Primero España y luego el partido

La brecha entre cultura y sociedad está como siempre; lo que ha crecido de veras es la indiferencia política hacia los problemas culturales en el sentido más amplio

Jordi Gracia
Librería Calders, en el pasaje homónimo de Barcelona.
Librería Calders, en el pasaje homónimo de Barcelona.CARLES RIBAS

Hace mucho tiempo que la cultura no es noticia en los programas políticos. Tampoco es parte de la munición de los partidos en su pelea parlamentaria ni electoral. Quizá sea buena noticia, o quizá es síntoma de un descrédito cultural interiorizado y masivo que empieza por los propios profesionales. El vengativo 21% del IVA está asumido como despropósito (y un día u otro se rebajará en algunos puntos) y la multitud de chistes sobre el Marca y Rajoy parecen haber agotado la inventiva programática de los partidos en estas áreas.

Es verdad que nadie sabe ya exactamente de qué áreas hablamos y qué designa eso de cultura. Nada tienen que ver las dificultades de financiación de las industrias culturales con la supervivencia de las librerías tradicionales o la piratería a destajo; nada tiene que ver la suicida reducción de presupuestos para investigación con la ausencia flagrante de novedades en las bibliotecas públicas por falta de dinero para comprarlas. Pero sean o no culturales, los cuatro o cinco síntomas reclaman un debate público y hasta un discurso trabado para explicar por qué está bien que sigan así las cosas o por qué es nefasta esa precarización objetiva de algunos motores culturales.

Algunos piensan que se trata solo de problemas sectoriales poco relevantes y nada acuciantes para las elevadas carencias de la sociedad de hoy. Que los chavales apenas traten de filosofía y literatura hoy en los institutos tampoco ha de ser tan, tan alarmante: puede ser una grandísima noticia esa omisión porque así las descubrirán a las dos por sí solos.

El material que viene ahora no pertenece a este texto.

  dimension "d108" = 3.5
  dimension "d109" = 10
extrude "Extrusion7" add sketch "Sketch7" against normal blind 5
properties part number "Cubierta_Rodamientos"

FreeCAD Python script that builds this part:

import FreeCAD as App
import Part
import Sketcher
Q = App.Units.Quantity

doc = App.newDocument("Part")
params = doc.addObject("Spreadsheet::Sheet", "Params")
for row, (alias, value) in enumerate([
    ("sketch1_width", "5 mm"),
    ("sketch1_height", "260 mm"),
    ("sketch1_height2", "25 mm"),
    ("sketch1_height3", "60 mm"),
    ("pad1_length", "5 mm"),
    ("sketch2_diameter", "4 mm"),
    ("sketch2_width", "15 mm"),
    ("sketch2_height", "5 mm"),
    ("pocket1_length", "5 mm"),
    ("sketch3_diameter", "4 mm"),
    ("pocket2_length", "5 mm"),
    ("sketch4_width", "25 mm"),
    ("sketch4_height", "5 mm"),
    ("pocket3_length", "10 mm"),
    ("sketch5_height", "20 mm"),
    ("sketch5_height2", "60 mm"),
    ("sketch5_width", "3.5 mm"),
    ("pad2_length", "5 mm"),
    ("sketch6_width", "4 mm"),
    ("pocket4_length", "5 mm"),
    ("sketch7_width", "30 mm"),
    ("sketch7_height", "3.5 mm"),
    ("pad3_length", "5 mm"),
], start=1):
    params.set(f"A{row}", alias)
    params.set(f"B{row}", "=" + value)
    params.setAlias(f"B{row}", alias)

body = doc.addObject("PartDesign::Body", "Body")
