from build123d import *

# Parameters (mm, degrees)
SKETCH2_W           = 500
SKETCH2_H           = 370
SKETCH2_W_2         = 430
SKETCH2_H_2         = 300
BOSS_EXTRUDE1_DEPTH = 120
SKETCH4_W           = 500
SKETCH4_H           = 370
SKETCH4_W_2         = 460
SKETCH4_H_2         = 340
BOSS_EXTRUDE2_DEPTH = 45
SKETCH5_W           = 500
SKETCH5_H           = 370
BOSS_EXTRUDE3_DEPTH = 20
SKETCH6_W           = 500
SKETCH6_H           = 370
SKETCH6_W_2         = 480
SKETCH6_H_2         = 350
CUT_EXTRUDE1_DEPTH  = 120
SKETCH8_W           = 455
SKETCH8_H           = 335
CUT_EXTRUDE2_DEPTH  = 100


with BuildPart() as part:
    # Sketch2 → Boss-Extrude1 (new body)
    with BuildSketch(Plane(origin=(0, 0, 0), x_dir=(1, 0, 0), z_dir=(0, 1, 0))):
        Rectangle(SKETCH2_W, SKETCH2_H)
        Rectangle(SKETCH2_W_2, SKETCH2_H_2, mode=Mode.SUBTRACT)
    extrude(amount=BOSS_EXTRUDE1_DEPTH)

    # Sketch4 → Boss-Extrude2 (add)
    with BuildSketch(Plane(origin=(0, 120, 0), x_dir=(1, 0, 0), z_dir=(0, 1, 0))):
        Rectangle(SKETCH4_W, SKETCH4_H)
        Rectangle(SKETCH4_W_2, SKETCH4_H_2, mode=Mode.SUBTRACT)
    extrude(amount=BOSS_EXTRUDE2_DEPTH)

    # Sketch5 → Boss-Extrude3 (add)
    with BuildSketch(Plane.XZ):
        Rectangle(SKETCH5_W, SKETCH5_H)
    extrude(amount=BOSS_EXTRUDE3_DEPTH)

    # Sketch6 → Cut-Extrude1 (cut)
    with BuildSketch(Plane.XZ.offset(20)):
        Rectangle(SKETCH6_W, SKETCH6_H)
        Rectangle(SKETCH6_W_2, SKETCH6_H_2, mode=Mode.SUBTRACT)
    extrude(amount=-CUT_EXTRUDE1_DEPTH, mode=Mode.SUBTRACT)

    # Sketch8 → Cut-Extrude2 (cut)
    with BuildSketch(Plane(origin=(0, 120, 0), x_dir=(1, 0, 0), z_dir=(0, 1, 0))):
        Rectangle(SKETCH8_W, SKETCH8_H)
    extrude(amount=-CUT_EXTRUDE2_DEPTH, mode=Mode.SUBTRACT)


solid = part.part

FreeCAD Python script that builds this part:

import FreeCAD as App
import Part
import Sketcher

V = App.Vector

doc = App.newDocument("Part")
body = doc.addObject("PartDesign::Body", "Body")

# Sketch on XZ plane
sketch1 = body.newObject("Sketcher::SketchObject", "Sketch")
sketch1.AttachmentSupport = (doc.getObject("XZ_Plane"), [""])
sketch1.MapMode = "FlatFace"
sketch1.addGeometry(Part.LineSegment(V(-250, -185, 0), V(-250, 185, 0)), False)
sketch1.addGeometry(Part.LineSegment(V(-250, 185, 0), V(250, 185, 0)), False)
sketch1.addGeometry(Part.LineSegment(V(250, 185, 0), V(250, -185, 0)), False)
sketch1.addGeometry(Part.LineSegment(V(250, -185, 0), V(-250, -185, 0)), False)
sketch1.addGeometry(Part.LineSegment(V(215, 150, 0), V(-215, 150, 0)), False)
sketch1.addGeometry(Part.LineSegment(V(-215, 150, 0), V(-215, -150, 0)), False)
sketch1.addGeometry(Part.LineSegment(V(-215, -150, 0), V(215, -150, 0)), False)
sketch1.addGeometry(Part.LineSegment(V(215, -150, 0), V(215, 150, 0)), False)
sketch1.addConstraint(Sketcher.Constraint("Coincident", 0, 2, 1, 1))
sketch1.addConstraint(Sketcher.Constraint("Coincident", 1, 2, 2, 1))
sketch1.addConstraint(Sketcher.Constraint("Coincident", 2, 2, 3, 1))
sketch1.addConstraint(Sketcher.Constraint("Coincident", 3, 2, 0, 1))
sketch1.addConstraint(Sketcher.Constraint("Coincident", 4, 2, 5, 1))
sketch1.addConstraint(Sketcher.Constraint("Coincident", 5, 2, 6, 1))
sketch1.addConstraint(Sketcher.Constraint("Coincident", 6, 2, 7, 1))
sketch1.addConstraint(Sketcher.Constraint("Coincident", 7, 2, 4, 1))
sketch1.addConstraint(Sketcher.Constraint("Vertical", 0))
sketch1.addConstraint(Sketcher.Constraint("Horizontal", 1))
sketch1.addConstraint(Sketcher.Constraint("Vertical", 2))
sketch1.addConstraint(Sketcher.Constraint("Horizontal", 3))
sketch1.addConstraint(Sketcher.Constraint("Horizontal", 4))
sketch1.addConstraint(Sketcher.Constraint("Vertical", 5))
sketch1.addConstraint(Sketcher.Constraint("Horizontal", 6))
sketch1.addConstraint(Sketcher.Constraint("Vertical", 7))
sketch1.addConstraint(Sketcher.Constraint("Symmetric", 0, 2, 2, 2, -1, 1))
sketch1.addConstraint(Sketcher.Constraint("Symmetric", 4, 2, 6, 2, -1, 1))
sketch1.addConstraint(Sketcher.Constraint("DistanceX", 1, 1, 1, 2, 500.0))
sketch1.addConstraint(Sketcher.Constraint("DistanceX", 4, 2, 4, 1, 430.0))
sketch1.addConstraint(Sketcher.Constraint("DistanceY", 0, 1, 0, 2, 370.0))
sketch1.addConstraint(Sketcher.Constraint("DistanceY", 5, 2, 5, 1, 300.0))
pad1 = body.newObject("PartDesign::Pad", "Pad")
pad1.Profile = sketch1
pad1.Length = 120
pad1.Reversed = True

# Sketch on XZ plane
sketch2 = body.newObject("Sketcher::SketchObject", "Sketch001")
sketch2.AttachmentSupport = (doc.getObject("XZ_Plane"), [""])
sketch2.MapMode = "FlatFace"
sketch2.AttachmentOffset = App.Placement(V(0, 0, -120), App.Rotation())
sketch2.addGeometry(Part.LineSegment(V(-250, -185, 0), V(-250, 185, 0)), False)
sketch2.addGeometry(Part.LineSegment(V(-250, 185, 0), V(250, 185, 0)), False)
sketch2.addGeometry(Part.LineSegment(V(250, 185, 0), V(250, -185, 0)), False)
sketch2.addGeometry(Part.LineSegment(V(250, -185, 0), V(-250, -185, 0)), False)
sketch2.addGeometry(Part.LineSegment(V(230, 170, 0), V(-230, 170, 0)), False)
sketch2.addGeometry(Part.LineSegment(V(-230, 170, 0), V(-230, -170, 0)), False)
sketch2.addGeometry(Part.LineSegment(V(-230, -170, 0), V(230, -170, 0)), False)
sketch2.addGeometry(Part.LineSegment(V(230, -170, 0), V(230, 170, 0)), False)
sketch2.addConstraint(Sketcher.Constraint("Coincident", 0, 2, 1, 1))
sketch2.addConstraint(Sketcher.Constraint("Coincident", 1, 2, 2, 1))
sketch2.addConstraint(Sketcher.Constraint("Coincident", 2, 2, 3, 1))
sketch2.addConstraint(Sketcher.Constraint("Coincident", 3, 2, 0, 1))
sketch2.addConstraint(Sketcher.Constraint("Coincident", 4, 2, 5, 1))
sketch2.addConstraint(Sketcher.Constraint("Coincident", 5, 2, 6, 1))
sketch2.addConstraint(Sketcher.Constraint("Coincident", 6, 2, 7, 1))
sketch2.addConstraint(Sketcher.Constraint("Coincident", 7, 2, 4, 1))
sketch2.addConstraint(Sketcher.Constraint("Vertical", 0))
sketch2.addConstraint(Sketcher.Constraint("Horizontal", 1))
sketch2.addConstraint(Sketcher.Constraint("Vertical", 2))
sketch2.addConstraint(Sketcher.Constraint("Horizontal", 3))
sketch2.addConstraint(Sketcher.Constraint("Horizontal", 4))
sketch2.addConstraint(Sketcher.Constraint("Vertical", 5))
sketch2.addConstraint(Sketcher.Constraint("Horizontal", 6))
sketch2.addConstraint(Sketcher.Constraint("Vertical", 7))
sketch2.addConstraint(Sketcher.Constraint("Symmetric", 0, 2, 2, 2, -1, 1))
sketch2.addConstraint(Sketcher.Constraint("Symmetric", 4, 2, 6, 2, -1, 1))
sketch2.addConstraint(Sketcher.Constraint("DistanceX", 1, 1, 1, 2, 500.0))
sketch2.addConstraint(Sketcher.Constraint("DistanceX", 4, 2, 4, 1, 460.0))
sketch2.addConstraint(Sketcher.Constraint("DistanceY", 0, 1, 0, 2, 370.0))
sketch2.addConstraint(Sketcher.Constraint("DistanceY", 5, 2, 5, 1, 340.0))
pad2 = body.newObject("PartDesign::Pad", "Pad001")
pad2.Profile = sketch2
pad2.Length = 45
pad2.Reversed = True

# Sketch on XZ plane
sketch3 = body.newObject("Sketcher::SketchObject", "Sketch002")
sketch3.AttachmentSupport = (doc.getObject("XZ_Plane"), [""])
sketch3.MapMode = "FlatFace"
sketch3.addGeometry(Part.LineSegment(V(-250, 185, 0), V(-250, -185, 0)), False)
sketch3.addGeometry(Part.LineSegment(V(-250, -185, 0), V(250, -185, 0)), False)
sketch3.addGeometry(Part.LineSegment(V(250, -185, 0), V(250, 185, 0)), False)
sketch3.addGeometry(Part.LineSegment(V(250, 185, 0), V(-250, 185, 0)), False)
sketch3.addConstraint(Sketcher.Constraint("Coincident", 0, 2, 1, 1))
sketch3.addConstraint(Sketcher.Constraint("Coincident", 1, 2, 2, 1))
sketch3.addConstraint(Sketcher.Constraint("Coincident", 2, 2, 3, 1))
sketch3.addConstraint(Sketcher.Constraint("Coincident", 3, 2, 0, 1))
sketch3.addConstraint(Sketcher.Constraint("Vertical", 0))
sketch3.addConstraint(Sketcher.Constraint("Horizontal", 1))
sketch3.addConstraint(Sketcher.Constraint("Vertical", 2))
sketch3.addConstraint(Sketcher.Constraint("Horizontal", 3))
sketch3.addConstraint(Sketcher.Constraint("Symmetric", 0, 2, 2, 2, -1, 1))
sketch3.addConstraint(Sketcher.Constraint("DistanceX", 1, 1, 1, 2, 500.0))
sketch3.addConstraint(Sketcher.Constraint("DistanceY", 0, 2, 0, 1, 370.0))
pad3 = body.newObject("PartDesign::Pad", "Pad002")
pad3.Profile = sketch3
pad3.Length = 20

# Sketch on XZ plane
sketch4 = body.newObject("Sketcher::SketchObject", "Sketch003")
sketch4.AttachmentSupport = (doc.getObject("XZ_Plane"), [""])
sketch4.MapMode = "FlatFace"
sketch4.AttachmentOffset = App.Placement(V(0, 0, 20), App.Rotation())
sketch4.addGeometry(Part.LineSegment(V(-250, 185, 0), V(-250, -185, 0)), False)
sketch4.addGeometry(Part.LineSegment(V(-250, -185, 0), V(250, -185, 0)), False)
sketch4.addGeometry(Part.LineSegment(V(250, -185, 0), V(250, 185, 0)), False)
sketch4.addGeometry(Part.LineSegment(V(250, 185, 0), V(-250, 185, 0)), False)
sketch4.addGeometry(Part.LineSegment(V(240, -175, 0), V(-240, -175, 0)), False)
sketch4.addGeometry(Part.LineSegment(V(-240, -175, 0), V(-240, 175, 0)), False)
sketch4.addGeometry(Part.LineSegment(V(-240, 175, 0), V(240, 175, 0)), False)
sketch4.addGeometry(Part.LineSegment(V(240, 175, 0), V(240, -175, 0)), False)
sketch4.addConstraint(Sketcher.Constraint("Coincident", 0, 2, 1, 1))
sketch4.addConstraint(Sketcher.Constraint("Coincident", 1, 2, 2, 1))
sketch4.addConstraint(Sketcher.Constraint("Coincident", 2, 2, 3, 1))
sketch4.addConstraint(Sketcher.Constraint("Coincident", 3, 2, 0, 1))
sketch4.addConstraint(Sketcher.Constraint("Coincident", 4, 2, 5, 1))
sketch4.addConstraint(Sketcher.Constraint("Coincident", 5, 2, 6, 1))
sketch4.addConstraint(Sketcher.Constraint("Coincident", 6, 2, 7, 1))
sketch4.addConstraint(Sketcher.Constraint("Coincident", 7, 2, 4, 1))
sketch4.addConstraint(Sketcher.Constraint("Vertical", 0))
sketch4.addConstraint(Sketcher.Constraint("Horizontal", 1))
sketch4.addConstraint(Sketcher.Constraint("Vertical", 2))
sketch4.addConstraint(Sketcher.Constraint("Horizontal", 3))
sketch4.addConstraint(Sketcher.Constraint("Horizontal", 4))
sketch4.addConstraint(Sketcher.Constraint("Vertical", 5))
sketch4.addConstraint(Sketcher.Constraint("Horizontal", 6))
sketch4.addConstraint(Sketcher.Constraint("Vertical", 7))
sketch4.addConstraint(Sketcher.Constraint("Symmetric", 0, 2, 2, 2, -1, 1))
sketch4.addConstraint(Sketcher.Constraint("Symmetric", 4, 2, 6, 2, -1, 1))
sketch4.addConstraint(Sketcher.Constraint("DistanceX", 1, 1, 1, 2, 500.0))
sketch4.addConstraint(Sketcher.Constraint("DistanceX", 4, 2, 4, 1, 480.0))
sketch4.addConstraint(Sketcher.Constraint("DistanceY", 0, 2, 0, 1, 370.0))
sketch4.addConstraint(Sketcher.Constraint("DistanceY", 5, 1, 5, 2, 350.0))
pocket1 = body.newObject("PartDesign::Pocket", "Pocket")
pocket1.Profile = sketch4
pocket1.Length = 120

# Sketch on XZ plane
sketch5 = body.newObject("Sketcher::SketchObject", "Sketch004")
sketch5.AttachmentSupport = (doc.getObject("XZ_Plane"), [""])
sketch5.MapMode = "FlatFace"
sketch5.AttachmentOffset = App.Placement(V(0, 0, -120), App.Rotation())
sketch5.addGeometry(Part.LineSegment(V(-227.5, -167.5, 0), V(-227.5, 167.5, 0)), False)
sketch5.addGeometry(Part.LineSegment(V(-227.5, 167.5, 0), V(227.5, 167.5, 0)), False)
sketch5.addGeometry(Part.LineSegment(V(227.5, 167.5, 0), V(227.5, -167.5, 0)), False)
sketch5.addGeometry(Part.LineSegment(V(227.5, -167.5, 0), V(-227.5, -167.5, 0)), False)
sketch5.addConstraint(Sketcher.Constraint("Coincident", 0, 2, 1, 1))
sketch5.addConstraint(Sketcher.Constraint("Coincident", 1, 2, 2, 1))
sketch5.addConstraint(Sketcher.Constraint("Coincident", 2, 2, 3, 1))
sketch5.addConstraint(Sketcher.Constraint("Coincident", 3, 2, 0, 1))
sketch5.addConstraint(Sketcher.Constraint("Vertical", 0))
sketch5.addConstraint(Sketcher.Constraint("Horizontal", 1))
sketch5.addConstraint(Sketcher.Constraint("Vertical", 2))
sketch5.addConstraint(Sketcher.Constraint("Horizontal", 3))
sketch5.addConstraint(Sketcher.Constraint("Symmetric", 0, 2, 2, 2, -1, 1))
sketch5.addConstraint(Sketcher.Constraint("DistanceX", 1, 1, 1, 2, 455.0))
sketch5.addConstraint(Sketcher.Constraint("DistanceY", 0, 1, 0, 2, 335.0))
pocket2 = body.newObject("PartDesign::Pocket", "Pocket001")
pocket2.Profile = sketch5
pocket2.Length = 100
pocket2.Reversed = True

doc.recompute()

Pero también puede ser otro síntoma más, y ya van muchos, de una pasividad política que ha abandonado esos temas por escaso impacto mediático o por su nula rentabilidad electoral. El no demasiado imaginativo despliegue de actividades en relación con Cervantes podría ser el séptimo u octavo síntoma (en Cataluña no hay ni síntoma porque no se ha hecho nada).

La brecha entre cultura y sociedad quizá está como siempre; lo que parece haber crecido de veras es la indiferencia política hacia los problemas culturales en el sentido más amplio. Los más aprensivos lo dicen con un deje cínico fuerte y convincente: la cultura no da votos sino problemas, la universidad a menudo es díscola y poco agradecida, los usuarios de las bibliotecas no molestan porque no protestan (o no se les oye protestar) y los estudiantes no suelen pedir más madera curricular y, además, suelen ignorar las condiciones de trabajo de muchos de sus profesores.

Horror: otro síntoma. Sigue siendo común hoy en las universidades públicas catalanas la contratación de profesores asociados para impartir tres cuartos de la docencia que imparte un profesor titular, a cambio de cobrar justamente apenas un cuarto del sueldo del profesor funcionario: menos de quinientos euros al mes, por debajo de la mitad de los becarios de investigación. El abuso es descarnado y envilecedor para la institución, incluidos quienes mejor o peor hacemos nuestros trabajos como funcionarios, en lugar de plantar las clases, o quemarlas o dinamitarlas, porque eso es lo que merece la explotación rutinaria de profesores asociados con trayectorias ya relevantes e incluso importantes.

Iniciativas hay, sin duda, aunque a veces resultan involuntariamente dolorosas. Hace tres o cuatro días recibí una convocatoria bien intencionada para aprender a desarrollar una “carrera académica”. Para desconsuelo de todos, la persona invitada para orientar a los profesores más jóvenes trabaja ahora en Harvard, con una beca Marie Curie del European Research Council, en torno a la literatura inglesa en conexión con la sociedad —conflicto racial, narrativa, ideología—. Pero no es inglesa. Se llama Marta Puxan Oliva, y es ella misma quien explica que optó a esa beca porque “las condiciones anteriores como profesora asociada en la universidad catalana eran, simplemente, imposibles”.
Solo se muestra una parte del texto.